Good job! I like to see youngsters get interested in any kind of hunting. Thanks for posting. That is a neat picture.


----------



## gahawker (Mar 9, 2010)

I'd like to try him on rabbits. You have to get them used to dogs and even then some hawks won't hunt with them. I had a hawk that caught my fiest the first time I took them to the woods together, even though the dog was kept in a pen  about 2 feet from the hawk house and the bird could see her every day.


----------



## fisherman21 (Mar 10, 2010)

thats cool...how did you get started in this type of hunting gahawker????


----------



## injun joe (Mar 10, 2010)

Sweet photo.


----------



## eWarren19842008 (Mar 10, 2010)

That is awesome. How long does it take to get one to recognize you as master or leader or how does that work?


----------



## Jody Hawk (Mar 10, 2010)

Keep them coming, I enjoy the falconry threads !!!!!


----------



## R G (Mar 11, 2010)

I understand that ya'll have a longer small game season that the rest of us.


----------



## ArmyTaco (Mar 11, 2010)

That is awesome! I had a friend whos dad did it. Never been..think it would be cool.


----------



## gahawker (Mar 11, 2010)

fisherman21 said:


> thats cool...how did you get started in this type of hunting gahawker????

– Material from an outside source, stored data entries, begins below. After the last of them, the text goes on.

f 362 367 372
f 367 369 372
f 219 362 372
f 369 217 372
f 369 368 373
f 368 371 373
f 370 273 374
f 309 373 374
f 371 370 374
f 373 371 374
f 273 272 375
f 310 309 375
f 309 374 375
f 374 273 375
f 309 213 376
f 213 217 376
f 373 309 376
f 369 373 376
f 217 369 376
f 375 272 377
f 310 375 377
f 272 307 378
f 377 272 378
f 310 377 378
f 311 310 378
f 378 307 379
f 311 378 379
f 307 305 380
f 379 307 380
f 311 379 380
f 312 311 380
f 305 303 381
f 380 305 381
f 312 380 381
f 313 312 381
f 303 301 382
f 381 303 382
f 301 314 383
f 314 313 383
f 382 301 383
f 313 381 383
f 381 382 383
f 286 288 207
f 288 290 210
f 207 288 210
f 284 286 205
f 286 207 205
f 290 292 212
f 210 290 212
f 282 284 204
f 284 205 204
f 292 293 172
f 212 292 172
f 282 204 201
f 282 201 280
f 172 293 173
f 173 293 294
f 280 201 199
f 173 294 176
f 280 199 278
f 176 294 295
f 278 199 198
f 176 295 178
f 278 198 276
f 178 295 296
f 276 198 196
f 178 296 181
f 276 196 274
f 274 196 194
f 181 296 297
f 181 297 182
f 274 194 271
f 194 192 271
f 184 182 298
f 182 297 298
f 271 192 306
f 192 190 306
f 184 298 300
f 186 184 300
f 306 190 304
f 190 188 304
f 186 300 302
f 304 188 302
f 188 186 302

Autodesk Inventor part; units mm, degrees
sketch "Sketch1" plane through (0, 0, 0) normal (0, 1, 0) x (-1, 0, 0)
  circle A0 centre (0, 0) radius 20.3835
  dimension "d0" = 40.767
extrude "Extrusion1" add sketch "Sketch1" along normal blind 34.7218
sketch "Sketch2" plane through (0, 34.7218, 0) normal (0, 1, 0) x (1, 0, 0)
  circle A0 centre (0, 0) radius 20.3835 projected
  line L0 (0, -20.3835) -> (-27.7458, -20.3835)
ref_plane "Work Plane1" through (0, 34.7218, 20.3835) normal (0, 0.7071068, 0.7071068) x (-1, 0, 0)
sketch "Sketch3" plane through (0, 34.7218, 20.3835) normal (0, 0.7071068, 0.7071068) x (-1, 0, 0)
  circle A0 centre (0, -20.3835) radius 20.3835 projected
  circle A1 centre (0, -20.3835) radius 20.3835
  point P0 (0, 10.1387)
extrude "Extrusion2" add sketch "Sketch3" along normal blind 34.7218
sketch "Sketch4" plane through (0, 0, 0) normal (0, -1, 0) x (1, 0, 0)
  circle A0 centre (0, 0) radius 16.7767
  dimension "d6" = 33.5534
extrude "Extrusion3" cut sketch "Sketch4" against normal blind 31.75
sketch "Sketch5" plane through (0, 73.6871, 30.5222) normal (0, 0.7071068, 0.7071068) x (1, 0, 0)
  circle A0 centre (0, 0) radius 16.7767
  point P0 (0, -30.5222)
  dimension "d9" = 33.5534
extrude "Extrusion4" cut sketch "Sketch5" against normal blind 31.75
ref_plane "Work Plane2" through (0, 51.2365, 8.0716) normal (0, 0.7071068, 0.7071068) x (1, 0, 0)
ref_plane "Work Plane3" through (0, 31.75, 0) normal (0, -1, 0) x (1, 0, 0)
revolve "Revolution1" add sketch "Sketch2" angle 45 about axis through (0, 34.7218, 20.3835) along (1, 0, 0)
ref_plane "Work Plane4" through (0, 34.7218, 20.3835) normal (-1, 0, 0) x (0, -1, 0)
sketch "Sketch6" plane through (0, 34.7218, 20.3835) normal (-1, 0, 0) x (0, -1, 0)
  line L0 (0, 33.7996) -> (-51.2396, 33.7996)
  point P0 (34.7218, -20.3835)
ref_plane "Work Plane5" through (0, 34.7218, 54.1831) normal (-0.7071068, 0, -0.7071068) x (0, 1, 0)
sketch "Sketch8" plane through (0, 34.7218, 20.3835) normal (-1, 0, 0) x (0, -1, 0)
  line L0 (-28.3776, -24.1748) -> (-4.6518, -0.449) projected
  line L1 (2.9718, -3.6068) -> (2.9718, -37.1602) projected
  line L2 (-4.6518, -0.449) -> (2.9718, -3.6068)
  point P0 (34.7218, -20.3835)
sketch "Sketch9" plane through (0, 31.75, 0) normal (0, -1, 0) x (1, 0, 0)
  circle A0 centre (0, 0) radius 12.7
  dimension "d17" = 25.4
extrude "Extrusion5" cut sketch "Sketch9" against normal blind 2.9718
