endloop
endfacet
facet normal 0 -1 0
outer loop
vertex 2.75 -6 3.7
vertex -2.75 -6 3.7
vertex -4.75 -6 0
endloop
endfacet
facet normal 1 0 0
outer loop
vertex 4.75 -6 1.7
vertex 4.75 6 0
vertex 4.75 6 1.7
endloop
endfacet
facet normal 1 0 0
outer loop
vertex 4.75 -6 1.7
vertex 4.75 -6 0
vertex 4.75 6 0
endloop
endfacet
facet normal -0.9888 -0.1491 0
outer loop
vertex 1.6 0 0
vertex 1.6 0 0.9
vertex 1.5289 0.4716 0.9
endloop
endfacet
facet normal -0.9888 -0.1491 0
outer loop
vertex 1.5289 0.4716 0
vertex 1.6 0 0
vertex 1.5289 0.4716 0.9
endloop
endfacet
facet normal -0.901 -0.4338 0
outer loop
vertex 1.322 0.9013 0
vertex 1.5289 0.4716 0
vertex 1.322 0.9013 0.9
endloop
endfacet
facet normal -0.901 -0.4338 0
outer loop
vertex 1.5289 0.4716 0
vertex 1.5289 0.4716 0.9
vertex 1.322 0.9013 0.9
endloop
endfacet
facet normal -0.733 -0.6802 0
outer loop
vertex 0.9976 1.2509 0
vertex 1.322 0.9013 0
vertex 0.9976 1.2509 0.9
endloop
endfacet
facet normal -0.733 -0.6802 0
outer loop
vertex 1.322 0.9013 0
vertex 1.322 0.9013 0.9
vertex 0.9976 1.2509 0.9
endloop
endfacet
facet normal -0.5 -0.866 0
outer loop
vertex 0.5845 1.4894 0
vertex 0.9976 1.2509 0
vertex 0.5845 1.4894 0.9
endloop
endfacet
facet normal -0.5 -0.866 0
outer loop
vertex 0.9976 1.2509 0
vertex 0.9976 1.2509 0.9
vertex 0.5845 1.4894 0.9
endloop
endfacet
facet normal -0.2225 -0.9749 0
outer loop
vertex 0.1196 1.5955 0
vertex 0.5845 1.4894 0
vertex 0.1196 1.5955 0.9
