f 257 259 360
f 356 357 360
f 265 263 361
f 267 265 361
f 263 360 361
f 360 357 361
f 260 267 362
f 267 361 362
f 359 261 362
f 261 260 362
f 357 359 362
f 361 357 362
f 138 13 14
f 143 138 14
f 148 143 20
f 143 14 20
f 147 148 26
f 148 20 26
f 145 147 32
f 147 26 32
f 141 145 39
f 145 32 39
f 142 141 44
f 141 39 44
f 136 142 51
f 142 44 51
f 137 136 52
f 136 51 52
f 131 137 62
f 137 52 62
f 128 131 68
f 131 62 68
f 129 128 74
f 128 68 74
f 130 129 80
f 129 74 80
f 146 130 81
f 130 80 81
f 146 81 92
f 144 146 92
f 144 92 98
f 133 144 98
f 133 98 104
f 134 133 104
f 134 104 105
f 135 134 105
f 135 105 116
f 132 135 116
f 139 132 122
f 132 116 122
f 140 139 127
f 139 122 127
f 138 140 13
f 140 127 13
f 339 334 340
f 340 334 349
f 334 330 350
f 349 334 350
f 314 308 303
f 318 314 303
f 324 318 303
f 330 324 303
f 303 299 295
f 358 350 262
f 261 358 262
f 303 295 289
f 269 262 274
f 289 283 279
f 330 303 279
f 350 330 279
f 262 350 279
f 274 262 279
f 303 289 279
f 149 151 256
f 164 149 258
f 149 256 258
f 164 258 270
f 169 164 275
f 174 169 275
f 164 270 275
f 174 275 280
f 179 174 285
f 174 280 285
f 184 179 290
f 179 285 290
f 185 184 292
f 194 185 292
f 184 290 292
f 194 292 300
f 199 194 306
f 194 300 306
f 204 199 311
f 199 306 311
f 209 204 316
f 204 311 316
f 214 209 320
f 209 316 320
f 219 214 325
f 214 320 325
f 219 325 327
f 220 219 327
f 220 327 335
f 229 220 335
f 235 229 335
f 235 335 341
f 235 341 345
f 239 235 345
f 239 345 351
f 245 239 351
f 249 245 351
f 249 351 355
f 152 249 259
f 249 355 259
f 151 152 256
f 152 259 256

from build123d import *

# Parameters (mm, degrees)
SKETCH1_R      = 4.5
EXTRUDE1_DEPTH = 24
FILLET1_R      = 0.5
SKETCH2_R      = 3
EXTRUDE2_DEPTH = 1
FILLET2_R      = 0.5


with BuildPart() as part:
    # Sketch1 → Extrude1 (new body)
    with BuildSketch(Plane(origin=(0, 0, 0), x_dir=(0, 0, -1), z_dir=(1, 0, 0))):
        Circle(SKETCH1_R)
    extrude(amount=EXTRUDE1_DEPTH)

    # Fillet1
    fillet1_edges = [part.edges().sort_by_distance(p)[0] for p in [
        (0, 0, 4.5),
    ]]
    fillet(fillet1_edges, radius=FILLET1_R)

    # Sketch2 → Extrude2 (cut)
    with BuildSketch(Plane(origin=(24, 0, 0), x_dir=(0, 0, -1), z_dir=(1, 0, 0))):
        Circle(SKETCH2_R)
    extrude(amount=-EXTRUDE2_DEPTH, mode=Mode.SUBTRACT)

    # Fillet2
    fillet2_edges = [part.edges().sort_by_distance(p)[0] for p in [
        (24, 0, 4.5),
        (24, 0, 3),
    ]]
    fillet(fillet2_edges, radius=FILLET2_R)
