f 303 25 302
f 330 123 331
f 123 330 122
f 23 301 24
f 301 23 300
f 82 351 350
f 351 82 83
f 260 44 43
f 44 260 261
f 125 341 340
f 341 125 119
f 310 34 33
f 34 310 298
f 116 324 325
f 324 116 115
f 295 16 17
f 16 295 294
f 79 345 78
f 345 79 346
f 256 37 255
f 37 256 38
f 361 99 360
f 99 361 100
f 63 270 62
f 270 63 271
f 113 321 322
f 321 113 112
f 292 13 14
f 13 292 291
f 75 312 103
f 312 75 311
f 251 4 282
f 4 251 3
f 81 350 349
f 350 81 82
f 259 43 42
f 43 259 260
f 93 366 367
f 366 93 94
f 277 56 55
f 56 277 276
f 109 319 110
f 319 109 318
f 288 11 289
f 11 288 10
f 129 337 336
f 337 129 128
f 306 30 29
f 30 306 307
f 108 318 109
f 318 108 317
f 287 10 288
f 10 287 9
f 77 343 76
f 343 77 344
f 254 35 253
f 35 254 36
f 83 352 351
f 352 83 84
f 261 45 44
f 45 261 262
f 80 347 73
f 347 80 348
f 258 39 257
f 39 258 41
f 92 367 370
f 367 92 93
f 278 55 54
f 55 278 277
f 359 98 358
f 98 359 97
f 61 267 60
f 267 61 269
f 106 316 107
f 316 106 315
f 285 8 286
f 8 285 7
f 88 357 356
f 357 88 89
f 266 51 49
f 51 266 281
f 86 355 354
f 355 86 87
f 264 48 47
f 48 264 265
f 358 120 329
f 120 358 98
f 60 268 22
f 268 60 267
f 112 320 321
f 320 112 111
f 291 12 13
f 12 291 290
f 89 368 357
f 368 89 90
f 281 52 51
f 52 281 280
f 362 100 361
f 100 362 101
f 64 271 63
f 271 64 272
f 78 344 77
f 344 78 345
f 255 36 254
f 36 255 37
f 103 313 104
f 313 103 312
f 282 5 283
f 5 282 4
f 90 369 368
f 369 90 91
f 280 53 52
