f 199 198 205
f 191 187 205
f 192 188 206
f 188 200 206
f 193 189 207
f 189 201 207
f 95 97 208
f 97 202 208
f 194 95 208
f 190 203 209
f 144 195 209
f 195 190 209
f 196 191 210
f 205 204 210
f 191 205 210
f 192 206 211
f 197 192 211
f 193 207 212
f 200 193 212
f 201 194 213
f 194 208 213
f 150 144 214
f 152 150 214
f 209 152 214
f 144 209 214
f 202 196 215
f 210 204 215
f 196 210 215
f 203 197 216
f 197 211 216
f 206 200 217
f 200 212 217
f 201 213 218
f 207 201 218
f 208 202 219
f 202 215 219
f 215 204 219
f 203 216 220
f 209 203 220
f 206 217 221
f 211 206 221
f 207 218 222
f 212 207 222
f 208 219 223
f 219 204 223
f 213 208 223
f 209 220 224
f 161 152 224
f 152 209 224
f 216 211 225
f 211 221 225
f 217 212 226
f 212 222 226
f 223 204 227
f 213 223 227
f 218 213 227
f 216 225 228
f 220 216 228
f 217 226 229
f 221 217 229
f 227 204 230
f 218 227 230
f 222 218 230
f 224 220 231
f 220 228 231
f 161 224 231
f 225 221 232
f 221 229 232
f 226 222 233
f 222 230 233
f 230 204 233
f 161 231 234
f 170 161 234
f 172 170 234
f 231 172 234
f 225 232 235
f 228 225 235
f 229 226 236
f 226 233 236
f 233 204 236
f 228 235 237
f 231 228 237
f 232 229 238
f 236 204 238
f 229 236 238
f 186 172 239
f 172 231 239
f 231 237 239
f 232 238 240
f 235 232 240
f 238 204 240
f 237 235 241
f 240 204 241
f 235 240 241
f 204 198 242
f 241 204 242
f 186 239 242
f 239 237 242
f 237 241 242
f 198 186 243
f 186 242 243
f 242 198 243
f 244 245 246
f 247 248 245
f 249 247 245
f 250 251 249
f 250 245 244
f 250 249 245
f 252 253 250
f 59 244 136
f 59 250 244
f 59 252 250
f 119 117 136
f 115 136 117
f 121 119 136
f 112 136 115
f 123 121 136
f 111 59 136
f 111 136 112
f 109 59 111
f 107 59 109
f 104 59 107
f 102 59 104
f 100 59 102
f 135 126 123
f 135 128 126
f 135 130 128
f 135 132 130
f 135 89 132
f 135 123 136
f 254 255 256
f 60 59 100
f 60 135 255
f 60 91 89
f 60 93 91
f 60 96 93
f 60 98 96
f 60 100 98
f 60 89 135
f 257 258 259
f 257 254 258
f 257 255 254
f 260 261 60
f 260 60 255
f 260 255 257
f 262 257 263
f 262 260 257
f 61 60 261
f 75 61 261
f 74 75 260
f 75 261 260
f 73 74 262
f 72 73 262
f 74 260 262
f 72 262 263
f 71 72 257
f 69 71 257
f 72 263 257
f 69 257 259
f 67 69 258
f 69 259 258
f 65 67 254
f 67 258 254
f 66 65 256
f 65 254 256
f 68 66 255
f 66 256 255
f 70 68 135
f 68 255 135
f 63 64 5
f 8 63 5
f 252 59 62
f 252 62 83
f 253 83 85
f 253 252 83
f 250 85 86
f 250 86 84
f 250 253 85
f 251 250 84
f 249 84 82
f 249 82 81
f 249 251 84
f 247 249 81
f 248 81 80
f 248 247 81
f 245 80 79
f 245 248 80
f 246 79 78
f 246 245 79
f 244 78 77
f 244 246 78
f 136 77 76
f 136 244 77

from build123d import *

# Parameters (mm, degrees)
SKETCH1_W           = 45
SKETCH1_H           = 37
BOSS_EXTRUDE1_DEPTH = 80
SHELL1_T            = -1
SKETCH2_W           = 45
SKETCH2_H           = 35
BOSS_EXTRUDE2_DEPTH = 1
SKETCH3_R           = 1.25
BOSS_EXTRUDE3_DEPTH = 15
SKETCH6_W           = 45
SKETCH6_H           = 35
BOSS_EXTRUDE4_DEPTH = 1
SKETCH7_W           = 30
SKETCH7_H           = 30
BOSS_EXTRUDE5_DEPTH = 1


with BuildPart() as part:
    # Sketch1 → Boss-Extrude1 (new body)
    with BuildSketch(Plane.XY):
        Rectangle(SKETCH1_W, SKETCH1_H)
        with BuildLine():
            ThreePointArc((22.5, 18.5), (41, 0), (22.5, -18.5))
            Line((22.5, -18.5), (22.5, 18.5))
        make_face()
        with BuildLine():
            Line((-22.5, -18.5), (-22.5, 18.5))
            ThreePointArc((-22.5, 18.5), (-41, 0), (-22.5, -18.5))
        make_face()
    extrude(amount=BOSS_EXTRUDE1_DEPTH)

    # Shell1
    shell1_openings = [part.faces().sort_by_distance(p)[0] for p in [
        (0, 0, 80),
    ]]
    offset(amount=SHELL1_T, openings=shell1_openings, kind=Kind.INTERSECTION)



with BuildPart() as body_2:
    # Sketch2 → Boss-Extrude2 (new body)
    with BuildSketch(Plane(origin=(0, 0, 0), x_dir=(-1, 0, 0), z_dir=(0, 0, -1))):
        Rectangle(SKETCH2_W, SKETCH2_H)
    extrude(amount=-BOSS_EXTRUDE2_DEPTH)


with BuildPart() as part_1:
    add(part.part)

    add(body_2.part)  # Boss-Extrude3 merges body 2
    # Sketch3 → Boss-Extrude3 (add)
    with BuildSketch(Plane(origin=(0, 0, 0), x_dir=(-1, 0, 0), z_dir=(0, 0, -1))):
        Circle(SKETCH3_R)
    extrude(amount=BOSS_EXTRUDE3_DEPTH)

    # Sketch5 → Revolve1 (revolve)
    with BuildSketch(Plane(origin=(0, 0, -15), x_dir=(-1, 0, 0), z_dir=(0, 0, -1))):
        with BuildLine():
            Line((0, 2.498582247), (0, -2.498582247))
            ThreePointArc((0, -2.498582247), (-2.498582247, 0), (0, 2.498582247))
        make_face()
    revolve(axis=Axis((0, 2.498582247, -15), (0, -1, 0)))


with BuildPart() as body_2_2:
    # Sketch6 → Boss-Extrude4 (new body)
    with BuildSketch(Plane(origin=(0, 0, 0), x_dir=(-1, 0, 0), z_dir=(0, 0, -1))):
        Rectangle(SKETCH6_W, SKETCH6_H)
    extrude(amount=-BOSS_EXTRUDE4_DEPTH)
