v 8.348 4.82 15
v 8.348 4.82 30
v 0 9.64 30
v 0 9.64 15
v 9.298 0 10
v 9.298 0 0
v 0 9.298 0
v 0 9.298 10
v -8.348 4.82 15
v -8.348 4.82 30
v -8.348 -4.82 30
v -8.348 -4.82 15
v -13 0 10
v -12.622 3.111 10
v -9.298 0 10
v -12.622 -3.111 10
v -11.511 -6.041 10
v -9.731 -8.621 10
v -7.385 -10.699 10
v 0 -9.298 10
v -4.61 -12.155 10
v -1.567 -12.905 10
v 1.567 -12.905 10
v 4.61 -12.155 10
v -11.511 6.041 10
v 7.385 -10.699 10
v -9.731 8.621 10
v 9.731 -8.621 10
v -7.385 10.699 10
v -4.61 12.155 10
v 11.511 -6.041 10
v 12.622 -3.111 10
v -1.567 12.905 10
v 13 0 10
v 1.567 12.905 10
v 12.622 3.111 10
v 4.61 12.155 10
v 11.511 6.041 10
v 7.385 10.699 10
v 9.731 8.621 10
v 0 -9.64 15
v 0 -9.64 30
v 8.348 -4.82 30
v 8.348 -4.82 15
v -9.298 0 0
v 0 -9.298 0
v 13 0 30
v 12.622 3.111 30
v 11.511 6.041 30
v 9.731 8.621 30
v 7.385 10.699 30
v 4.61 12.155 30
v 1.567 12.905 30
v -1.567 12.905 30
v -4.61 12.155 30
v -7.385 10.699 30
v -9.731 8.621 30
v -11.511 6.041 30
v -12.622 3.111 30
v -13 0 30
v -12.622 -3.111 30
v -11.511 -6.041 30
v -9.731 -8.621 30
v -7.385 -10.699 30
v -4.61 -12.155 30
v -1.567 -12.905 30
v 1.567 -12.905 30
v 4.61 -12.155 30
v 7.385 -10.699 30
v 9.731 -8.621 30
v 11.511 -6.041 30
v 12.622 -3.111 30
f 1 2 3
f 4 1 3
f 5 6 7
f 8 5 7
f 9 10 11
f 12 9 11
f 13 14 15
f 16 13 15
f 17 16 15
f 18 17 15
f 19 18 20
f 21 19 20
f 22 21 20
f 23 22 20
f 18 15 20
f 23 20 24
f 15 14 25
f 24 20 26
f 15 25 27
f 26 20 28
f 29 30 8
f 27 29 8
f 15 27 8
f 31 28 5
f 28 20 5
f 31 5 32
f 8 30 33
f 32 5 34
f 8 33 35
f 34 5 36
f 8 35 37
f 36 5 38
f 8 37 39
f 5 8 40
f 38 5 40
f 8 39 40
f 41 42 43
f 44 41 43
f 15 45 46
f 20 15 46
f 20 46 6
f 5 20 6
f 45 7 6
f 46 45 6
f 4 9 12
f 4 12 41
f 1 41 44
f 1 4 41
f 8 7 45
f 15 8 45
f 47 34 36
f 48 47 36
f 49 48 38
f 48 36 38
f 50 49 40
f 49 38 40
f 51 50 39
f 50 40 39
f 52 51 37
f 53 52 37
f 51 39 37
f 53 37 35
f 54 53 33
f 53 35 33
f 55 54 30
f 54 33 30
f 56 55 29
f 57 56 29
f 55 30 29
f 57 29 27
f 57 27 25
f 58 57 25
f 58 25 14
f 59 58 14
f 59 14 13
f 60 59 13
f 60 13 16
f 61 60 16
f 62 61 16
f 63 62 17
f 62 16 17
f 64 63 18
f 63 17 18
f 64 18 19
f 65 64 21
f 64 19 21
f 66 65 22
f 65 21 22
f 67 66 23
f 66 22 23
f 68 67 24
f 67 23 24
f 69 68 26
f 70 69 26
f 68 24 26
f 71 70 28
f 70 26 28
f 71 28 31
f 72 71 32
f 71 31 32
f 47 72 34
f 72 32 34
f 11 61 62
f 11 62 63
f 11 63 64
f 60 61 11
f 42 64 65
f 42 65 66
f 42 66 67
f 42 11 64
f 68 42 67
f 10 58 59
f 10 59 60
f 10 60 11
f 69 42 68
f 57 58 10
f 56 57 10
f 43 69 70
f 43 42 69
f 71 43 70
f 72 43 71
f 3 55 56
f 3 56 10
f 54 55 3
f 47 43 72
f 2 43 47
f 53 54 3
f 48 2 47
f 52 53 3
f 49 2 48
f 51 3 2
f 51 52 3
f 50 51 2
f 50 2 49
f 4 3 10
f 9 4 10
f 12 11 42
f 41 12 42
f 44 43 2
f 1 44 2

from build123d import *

# Parameters (mm, degrees)
PAD_DEPTH    = 10
SKETCH001_R  = 13
PAD001_DEPTH = 20
POCKET_DEPTH = 15


with BuildPart() as part:
    # Sketch → Pad (new body)
    with BuildSketch(Plane.XY):
        Polygon((0, 9.298454), (-9.298454, 0), (0, -9.298454), (9.298454, 0), align=None)
    extrude(amount=PAD_DEPTH)

    # Sketch001 (on Face6 of Pad) → Pad001 (join)
    with BuildSketch(Plane.XY.offset(10)):
        Circle(SKETCH001_R)
    extrude(amount=PAD001_DEPTH)

    # Sketch002 (on Face3 of Pad001) → Pocket (cut)
    with BuildSketch(Plane.XY.offset(30)):
        Polygon((0, 9.64), (-8.348485, 4.82), (-8.348485, -4.82), (0, -9.64), (8.348485, -4.82), (8.348485, 4.82), align=None)
    extrude(amount=-POCKET_DEPTH, mode=Mode.SUBTRACT)


solid = part.part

I have always been fascinated by birds of prey and I saw a program several years ago about squirrel hunting with Harris' hawks and then a few weeks later, a newspaper article about squirrel hunting with Redtail hawks. This set me on fire. I knew I had to give falconry a try! I did the research, jumped through all the hoops and got my license.

Larry


----------



## gahawker (Mar 11, 2010)

eWarren19842008 said:


> That is awesome. How long does it take to get one to recognize you as master or leader or how does that work?



It takes, on the average, about 4 weeks from the trap before you can fly the bird free. During this time you drop the bird's weight in a controlled manner until you get the response you are looking for. The bird never recognizes you as anything except a source of food and this is how you control them. If you fly a bird with a full crop or that is too heavy, it may just take off and you never see it again.

Larry


----------



## gahawker (Mar 11, 2010)

R G said:


> I understand that ya'll have a longer small game season that the rest of us.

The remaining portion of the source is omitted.